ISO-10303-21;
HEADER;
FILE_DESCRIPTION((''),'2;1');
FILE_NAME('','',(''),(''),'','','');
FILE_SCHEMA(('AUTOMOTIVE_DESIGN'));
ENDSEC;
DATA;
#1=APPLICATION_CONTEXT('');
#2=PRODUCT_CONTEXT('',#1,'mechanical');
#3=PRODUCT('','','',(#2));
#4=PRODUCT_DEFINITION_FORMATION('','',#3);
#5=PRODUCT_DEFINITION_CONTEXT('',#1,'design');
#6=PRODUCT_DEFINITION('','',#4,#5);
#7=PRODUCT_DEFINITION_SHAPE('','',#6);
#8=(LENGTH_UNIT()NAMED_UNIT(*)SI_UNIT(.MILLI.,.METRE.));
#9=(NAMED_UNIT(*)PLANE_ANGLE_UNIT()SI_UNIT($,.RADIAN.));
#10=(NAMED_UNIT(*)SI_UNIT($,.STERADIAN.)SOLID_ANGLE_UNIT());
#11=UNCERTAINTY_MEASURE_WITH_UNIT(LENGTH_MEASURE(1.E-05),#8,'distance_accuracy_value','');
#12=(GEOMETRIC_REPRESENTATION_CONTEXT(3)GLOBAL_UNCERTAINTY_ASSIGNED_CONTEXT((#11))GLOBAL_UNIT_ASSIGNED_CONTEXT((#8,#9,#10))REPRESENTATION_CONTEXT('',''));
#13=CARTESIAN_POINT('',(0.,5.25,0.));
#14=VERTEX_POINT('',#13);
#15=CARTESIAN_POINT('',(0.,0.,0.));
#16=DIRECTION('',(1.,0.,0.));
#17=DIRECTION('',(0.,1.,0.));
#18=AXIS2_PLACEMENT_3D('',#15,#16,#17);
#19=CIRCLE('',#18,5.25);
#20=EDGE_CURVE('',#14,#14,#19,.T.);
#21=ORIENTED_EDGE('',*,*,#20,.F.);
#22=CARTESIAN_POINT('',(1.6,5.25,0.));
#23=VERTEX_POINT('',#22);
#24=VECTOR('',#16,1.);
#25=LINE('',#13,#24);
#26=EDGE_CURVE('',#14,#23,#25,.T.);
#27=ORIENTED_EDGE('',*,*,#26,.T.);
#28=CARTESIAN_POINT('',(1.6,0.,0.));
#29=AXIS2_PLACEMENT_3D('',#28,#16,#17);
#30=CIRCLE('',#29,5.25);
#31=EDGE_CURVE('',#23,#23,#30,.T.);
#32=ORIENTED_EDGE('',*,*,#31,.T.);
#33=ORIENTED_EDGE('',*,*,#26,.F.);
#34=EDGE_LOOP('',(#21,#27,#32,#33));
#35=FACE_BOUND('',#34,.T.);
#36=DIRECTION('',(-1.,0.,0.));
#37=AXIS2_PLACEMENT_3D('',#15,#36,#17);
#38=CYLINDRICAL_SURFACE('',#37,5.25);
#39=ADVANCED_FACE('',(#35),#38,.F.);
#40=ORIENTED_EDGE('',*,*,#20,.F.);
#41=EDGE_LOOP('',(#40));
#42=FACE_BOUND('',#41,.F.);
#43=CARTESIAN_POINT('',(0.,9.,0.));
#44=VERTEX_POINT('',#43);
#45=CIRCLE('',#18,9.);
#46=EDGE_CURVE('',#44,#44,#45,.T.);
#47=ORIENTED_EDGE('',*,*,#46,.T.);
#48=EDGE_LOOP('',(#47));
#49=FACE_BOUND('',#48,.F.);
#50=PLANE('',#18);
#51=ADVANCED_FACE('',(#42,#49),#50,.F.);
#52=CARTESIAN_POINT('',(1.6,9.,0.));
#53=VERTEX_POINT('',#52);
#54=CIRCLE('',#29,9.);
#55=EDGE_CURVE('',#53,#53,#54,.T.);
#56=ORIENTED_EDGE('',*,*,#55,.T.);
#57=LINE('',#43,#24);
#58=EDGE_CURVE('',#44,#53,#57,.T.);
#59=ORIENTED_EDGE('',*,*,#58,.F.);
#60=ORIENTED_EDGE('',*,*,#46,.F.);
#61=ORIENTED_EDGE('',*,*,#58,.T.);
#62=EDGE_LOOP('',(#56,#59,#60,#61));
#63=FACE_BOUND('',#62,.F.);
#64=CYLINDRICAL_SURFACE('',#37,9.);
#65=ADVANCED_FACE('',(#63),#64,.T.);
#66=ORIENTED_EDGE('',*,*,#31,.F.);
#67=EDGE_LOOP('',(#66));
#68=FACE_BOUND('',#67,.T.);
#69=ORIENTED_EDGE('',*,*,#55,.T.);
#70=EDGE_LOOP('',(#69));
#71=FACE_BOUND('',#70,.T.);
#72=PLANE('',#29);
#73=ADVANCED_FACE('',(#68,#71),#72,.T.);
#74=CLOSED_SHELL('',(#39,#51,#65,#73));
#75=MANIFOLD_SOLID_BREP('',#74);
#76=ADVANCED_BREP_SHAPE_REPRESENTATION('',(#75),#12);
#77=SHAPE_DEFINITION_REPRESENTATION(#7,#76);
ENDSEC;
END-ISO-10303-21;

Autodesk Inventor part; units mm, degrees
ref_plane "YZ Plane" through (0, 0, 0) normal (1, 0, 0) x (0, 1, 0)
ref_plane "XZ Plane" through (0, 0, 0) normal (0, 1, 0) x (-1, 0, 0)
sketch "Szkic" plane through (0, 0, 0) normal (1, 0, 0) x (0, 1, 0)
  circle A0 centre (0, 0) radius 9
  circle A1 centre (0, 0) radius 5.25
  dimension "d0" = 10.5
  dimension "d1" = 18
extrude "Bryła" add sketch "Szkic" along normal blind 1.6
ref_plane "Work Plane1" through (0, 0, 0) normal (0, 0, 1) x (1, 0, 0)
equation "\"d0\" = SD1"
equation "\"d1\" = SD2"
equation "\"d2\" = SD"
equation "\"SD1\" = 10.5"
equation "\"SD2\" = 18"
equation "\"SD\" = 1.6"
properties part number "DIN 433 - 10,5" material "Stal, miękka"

════════════════════

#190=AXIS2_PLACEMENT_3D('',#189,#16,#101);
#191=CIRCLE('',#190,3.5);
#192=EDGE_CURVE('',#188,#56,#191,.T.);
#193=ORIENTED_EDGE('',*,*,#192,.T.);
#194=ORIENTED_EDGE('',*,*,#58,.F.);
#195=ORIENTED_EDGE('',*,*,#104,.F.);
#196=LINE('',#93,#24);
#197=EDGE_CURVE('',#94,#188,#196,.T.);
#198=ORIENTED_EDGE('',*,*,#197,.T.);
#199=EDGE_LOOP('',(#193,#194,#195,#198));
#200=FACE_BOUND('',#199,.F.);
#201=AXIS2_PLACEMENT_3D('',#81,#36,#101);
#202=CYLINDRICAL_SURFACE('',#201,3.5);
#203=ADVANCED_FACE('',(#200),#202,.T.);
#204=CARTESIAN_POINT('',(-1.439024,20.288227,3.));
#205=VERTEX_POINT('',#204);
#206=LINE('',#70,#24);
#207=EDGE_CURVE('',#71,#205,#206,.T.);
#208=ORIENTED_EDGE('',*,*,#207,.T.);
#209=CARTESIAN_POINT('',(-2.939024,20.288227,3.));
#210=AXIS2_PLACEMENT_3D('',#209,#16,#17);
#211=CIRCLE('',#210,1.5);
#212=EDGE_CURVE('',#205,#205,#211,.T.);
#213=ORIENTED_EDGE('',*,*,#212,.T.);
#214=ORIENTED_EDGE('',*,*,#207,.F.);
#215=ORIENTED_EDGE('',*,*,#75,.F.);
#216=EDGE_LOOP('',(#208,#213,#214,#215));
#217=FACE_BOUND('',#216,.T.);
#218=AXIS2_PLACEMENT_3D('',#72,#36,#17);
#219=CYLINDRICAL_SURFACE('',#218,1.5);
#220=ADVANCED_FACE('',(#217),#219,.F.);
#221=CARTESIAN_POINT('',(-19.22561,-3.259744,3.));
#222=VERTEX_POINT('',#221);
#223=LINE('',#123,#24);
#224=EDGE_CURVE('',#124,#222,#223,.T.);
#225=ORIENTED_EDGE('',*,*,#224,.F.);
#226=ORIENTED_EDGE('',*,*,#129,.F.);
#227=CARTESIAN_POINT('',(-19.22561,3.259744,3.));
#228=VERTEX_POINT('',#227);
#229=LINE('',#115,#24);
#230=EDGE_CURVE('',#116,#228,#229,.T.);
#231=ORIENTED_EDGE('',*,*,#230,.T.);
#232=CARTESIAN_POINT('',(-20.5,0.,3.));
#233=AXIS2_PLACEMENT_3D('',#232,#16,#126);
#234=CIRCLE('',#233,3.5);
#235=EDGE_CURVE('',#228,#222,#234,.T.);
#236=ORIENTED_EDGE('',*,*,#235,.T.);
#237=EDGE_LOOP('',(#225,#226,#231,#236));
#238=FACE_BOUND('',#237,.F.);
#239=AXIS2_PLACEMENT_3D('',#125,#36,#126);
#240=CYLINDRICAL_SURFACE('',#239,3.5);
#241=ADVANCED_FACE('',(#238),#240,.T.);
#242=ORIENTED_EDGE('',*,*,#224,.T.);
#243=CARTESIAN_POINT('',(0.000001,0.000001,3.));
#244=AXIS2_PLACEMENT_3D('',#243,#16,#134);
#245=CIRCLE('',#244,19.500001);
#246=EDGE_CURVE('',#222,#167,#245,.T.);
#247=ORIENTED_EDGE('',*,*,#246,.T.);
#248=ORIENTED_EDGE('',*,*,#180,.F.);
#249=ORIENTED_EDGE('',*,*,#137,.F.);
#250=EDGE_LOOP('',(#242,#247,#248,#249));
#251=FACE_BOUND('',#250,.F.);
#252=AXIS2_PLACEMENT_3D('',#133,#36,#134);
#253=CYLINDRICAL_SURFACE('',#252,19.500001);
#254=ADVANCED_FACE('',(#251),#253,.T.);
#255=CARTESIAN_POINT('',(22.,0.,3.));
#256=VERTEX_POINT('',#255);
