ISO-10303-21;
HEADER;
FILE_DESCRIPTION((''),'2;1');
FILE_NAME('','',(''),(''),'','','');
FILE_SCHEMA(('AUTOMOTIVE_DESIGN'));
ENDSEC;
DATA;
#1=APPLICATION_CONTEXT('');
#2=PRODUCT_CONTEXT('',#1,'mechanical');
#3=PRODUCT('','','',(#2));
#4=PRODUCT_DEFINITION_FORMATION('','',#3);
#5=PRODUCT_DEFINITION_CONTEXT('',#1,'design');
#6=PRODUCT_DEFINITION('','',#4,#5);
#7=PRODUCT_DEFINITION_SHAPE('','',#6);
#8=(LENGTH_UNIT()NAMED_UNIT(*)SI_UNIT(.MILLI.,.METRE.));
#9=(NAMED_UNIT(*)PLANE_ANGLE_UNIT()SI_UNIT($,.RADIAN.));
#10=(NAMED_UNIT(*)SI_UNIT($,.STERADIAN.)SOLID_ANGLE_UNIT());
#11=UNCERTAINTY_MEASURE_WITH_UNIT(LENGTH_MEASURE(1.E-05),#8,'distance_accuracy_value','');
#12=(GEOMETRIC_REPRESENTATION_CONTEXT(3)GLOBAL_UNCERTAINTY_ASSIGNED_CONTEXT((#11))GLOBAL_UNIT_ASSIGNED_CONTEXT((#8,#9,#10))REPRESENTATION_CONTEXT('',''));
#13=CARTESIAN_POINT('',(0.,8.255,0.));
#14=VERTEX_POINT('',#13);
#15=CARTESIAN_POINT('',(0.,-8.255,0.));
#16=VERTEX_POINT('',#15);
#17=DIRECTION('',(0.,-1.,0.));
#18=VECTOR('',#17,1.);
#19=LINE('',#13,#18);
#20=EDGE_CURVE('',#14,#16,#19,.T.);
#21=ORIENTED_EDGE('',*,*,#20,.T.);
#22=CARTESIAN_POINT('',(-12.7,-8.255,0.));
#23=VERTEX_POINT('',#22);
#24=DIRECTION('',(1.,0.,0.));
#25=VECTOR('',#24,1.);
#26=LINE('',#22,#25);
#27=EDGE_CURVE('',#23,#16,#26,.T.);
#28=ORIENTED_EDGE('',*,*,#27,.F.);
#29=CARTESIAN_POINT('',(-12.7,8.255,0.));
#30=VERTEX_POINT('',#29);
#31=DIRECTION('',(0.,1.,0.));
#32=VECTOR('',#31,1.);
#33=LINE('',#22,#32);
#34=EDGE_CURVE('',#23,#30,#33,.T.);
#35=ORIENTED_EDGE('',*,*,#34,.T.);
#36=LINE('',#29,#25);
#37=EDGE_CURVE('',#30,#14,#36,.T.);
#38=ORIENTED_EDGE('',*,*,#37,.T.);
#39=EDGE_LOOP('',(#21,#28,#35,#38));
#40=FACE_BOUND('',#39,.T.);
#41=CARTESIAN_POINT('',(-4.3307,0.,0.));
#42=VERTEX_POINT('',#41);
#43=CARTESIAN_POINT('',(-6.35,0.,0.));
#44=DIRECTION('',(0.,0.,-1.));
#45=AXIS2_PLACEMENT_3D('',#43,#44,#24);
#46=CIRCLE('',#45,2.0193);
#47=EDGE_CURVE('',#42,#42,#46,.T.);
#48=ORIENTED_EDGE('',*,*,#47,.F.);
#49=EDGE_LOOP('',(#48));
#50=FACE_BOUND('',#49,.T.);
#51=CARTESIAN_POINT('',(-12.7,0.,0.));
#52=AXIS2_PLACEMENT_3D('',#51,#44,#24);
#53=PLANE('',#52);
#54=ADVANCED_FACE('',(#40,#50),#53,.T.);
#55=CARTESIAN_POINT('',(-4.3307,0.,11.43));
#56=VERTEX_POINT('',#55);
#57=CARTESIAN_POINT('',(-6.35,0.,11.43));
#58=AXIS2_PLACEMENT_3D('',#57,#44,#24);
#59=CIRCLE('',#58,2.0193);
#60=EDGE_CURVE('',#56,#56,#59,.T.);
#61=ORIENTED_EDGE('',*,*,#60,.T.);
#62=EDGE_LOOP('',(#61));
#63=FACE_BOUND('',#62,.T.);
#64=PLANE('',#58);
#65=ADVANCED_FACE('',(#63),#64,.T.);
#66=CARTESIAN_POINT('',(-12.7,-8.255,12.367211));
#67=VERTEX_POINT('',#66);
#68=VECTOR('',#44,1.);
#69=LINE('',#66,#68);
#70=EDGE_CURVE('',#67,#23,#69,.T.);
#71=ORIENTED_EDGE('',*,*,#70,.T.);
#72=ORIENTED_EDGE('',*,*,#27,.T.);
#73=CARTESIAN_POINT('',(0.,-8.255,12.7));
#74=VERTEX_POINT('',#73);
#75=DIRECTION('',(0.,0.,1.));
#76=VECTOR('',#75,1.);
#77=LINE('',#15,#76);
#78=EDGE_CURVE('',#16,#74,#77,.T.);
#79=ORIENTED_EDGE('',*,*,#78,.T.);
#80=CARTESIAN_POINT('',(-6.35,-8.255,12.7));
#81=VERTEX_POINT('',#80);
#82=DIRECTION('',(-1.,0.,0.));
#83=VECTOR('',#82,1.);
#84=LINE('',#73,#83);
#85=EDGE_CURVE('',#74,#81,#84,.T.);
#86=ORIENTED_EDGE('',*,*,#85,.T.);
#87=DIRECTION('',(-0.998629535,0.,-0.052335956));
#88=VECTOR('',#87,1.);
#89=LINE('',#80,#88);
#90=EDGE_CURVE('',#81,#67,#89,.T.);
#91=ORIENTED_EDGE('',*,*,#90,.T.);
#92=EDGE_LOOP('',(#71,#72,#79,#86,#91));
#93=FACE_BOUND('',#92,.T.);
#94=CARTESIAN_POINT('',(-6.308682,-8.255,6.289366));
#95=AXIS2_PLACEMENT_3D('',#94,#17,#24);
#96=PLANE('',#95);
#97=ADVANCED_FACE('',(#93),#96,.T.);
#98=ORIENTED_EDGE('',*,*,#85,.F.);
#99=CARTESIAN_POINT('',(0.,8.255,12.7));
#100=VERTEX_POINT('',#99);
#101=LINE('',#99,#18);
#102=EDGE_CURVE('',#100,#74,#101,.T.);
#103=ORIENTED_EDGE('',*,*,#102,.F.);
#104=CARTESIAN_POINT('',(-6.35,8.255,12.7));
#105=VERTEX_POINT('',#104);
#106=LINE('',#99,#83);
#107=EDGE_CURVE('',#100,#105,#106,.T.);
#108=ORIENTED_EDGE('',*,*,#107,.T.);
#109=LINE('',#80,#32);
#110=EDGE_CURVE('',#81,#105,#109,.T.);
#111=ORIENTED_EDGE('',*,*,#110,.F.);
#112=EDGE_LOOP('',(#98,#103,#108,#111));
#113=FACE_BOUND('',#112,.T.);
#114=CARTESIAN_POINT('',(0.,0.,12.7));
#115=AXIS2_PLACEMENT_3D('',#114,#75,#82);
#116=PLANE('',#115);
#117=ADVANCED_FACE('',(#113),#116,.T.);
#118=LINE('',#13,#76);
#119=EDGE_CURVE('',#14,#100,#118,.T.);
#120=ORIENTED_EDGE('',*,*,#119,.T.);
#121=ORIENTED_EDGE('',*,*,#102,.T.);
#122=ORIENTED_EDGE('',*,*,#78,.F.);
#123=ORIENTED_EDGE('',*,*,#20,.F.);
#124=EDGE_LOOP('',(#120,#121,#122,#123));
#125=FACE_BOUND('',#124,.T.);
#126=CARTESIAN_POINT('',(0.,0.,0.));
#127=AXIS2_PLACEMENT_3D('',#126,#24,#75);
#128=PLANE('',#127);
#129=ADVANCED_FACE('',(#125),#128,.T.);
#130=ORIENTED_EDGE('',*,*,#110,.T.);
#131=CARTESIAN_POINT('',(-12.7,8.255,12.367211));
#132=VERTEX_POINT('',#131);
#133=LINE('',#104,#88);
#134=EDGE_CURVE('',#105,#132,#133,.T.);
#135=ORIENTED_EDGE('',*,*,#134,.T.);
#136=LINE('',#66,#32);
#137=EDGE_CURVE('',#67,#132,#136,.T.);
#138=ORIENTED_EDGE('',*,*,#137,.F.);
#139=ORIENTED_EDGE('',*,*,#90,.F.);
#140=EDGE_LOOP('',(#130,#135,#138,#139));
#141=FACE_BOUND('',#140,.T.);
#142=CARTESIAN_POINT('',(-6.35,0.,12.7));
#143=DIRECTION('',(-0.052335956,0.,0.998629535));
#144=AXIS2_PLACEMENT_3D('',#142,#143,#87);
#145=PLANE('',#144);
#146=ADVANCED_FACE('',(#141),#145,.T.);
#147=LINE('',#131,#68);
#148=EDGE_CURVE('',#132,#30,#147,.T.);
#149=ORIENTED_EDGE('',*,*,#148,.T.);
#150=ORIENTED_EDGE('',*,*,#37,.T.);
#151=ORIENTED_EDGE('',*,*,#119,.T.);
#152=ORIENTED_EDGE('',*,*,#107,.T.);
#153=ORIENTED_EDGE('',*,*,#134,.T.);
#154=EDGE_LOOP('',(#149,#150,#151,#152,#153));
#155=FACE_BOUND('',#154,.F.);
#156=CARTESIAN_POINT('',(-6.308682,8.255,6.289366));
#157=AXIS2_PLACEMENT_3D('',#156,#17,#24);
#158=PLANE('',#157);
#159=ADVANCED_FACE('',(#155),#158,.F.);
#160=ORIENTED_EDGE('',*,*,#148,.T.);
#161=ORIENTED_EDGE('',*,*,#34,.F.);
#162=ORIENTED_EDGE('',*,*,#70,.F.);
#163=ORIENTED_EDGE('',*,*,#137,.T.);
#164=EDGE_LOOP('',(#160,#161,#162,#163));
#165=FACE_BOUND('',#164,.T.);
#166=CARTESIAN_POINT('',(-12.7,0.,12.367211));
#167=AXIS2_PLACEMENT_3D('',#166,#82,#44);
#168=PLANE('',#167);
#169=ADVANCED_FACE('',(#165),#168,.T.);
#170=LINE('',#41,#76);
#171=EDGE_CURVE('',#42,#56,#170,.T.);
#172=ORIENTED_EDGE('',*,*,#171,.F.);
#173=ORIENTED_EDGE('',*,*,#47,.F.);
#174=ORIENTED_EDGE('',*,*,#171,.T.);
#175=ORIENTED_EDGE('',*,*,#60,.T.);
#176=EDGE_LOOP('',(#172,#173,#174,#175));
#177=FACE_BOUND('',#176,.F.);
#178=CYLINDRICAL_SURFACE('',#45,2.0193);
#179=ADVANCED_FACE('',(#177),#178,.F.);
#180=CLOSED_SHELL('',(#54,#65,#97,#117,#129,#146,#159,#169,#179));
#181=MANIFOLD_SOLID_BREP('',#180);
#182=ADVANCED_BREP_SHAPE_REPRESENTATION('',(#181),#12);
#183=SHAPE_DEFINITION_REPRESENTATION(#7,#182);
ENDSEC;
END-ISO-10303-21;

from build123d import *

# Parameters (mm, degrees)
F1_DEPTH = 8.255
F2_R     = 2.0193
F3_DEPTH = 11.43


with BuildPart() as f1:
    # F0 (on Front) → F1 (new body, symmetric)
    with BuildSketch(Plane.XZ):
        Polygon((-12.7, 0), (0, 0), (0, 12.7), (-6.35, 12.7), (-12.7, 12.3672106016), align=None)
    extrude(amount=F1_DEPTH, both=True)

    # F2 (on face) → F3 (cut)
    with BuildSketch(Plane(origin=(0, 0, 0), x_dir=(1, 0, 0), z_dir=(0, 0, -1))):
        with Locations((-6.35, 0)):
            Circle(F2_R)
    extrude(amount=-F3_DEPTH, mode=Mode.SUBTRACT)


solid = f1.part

════════════════════

EXERCISE GOAL:
Scan the records above for the lines holding "#110=EDGE_CURVE('',#81,#105,#109,.T.);" and "#150=ORIENTED_EDGE('',*,*,#37,.T.);". Transcribe those two and every line between them word for word, and no others.

EXERCISE RESPONSE:
#110=EDGE_CURVE('',#81,#105,#109,.T.);
#111=ORIENTED_EDGE('',*,*,#110,.F.);
#112=EDGE_LOOP('',(#98,#103,#108,#111));
#113=FACE_BOUND('',#112,.T.);
#114=CARTESIAN_POINT('',(0.,0.,12.7));
#115=AXIS2_PLACEMENT_3D('',#114,#75,#82);
#116=PLANE('',#115);
#117=ADVANCED_FACE('',(#113),#116,.T.);
#118=LINE('',#13,#76);
#119=EDGE_CURVE('',#14,#100,#118,.T.);
#120=ORIENTED_EDGE('',*,*,#119,.T.);
#121=ORIENTED_EDGE('',*,*,#102,.T.);
#122=ORIENTED_EDGE('',*,*,#78,.F.);
#123=ORIENTED_EDGE('',*,*,#20,.F.);
#124=EDGE_LOOP('',(#120,#121,#122,#123));
#125=FACE_BOUND('',#124,.T.);
#126=CARTESIAN_POINT('',(0.,0.,0.));
#127=AXIS2_PLACEMENT_3D('',#126,#24,#75);
#128=PLANE('',#127);
#129=ADVANCED_FACE('',(#125),#128,.T.);
#130=ORIENTED_EDGE('',*,*,#110,.T.);
#131=CARTESIAN_POINT('',(-12.7,8.255,12.367211));
#132=VERTEX_POINT('',#131);
#133=LINE('',#104,#88);
#134=EDGE_CURVE('',#105,#132,#133,.T.);
#135=ORIENTED_EDGE('',*,*,#134,.T.);
#136=LINE('',#66,#32);
#137=EDGE_CURVE('',#67,#132,#136,.T.);
#138=ORIENTED_EDGE('',*,*,#137,.F.);
#139=ORIENTED_EDGE('',*,*,#90,.F.);
#140=EDGE_LOOP('',(#130,#135,#138,#139));
#141=FACE_BOUND('',#140,.T.);
#142=CARTESIAN_POINT('',(-6.35,0.,12.7));
#143=DIRECTION('',(-0.052335956,0.,0.998629535));
#144=AXIS2_PLACEMENT_3D('',#142,#143,#87);
#145=PLANE('',#144);
#146=ADVANCED_FACE('',(#141),#145,.T.);
#147=LINE('',#131,#68);
#148=EDGE_CURVE('',#132,#30,#147,.T.);
#149=ORIENTED_EDGE('',*,*,#148,.T.);
#150=ORIENTED_EDGE('',*,*,#37,.T.);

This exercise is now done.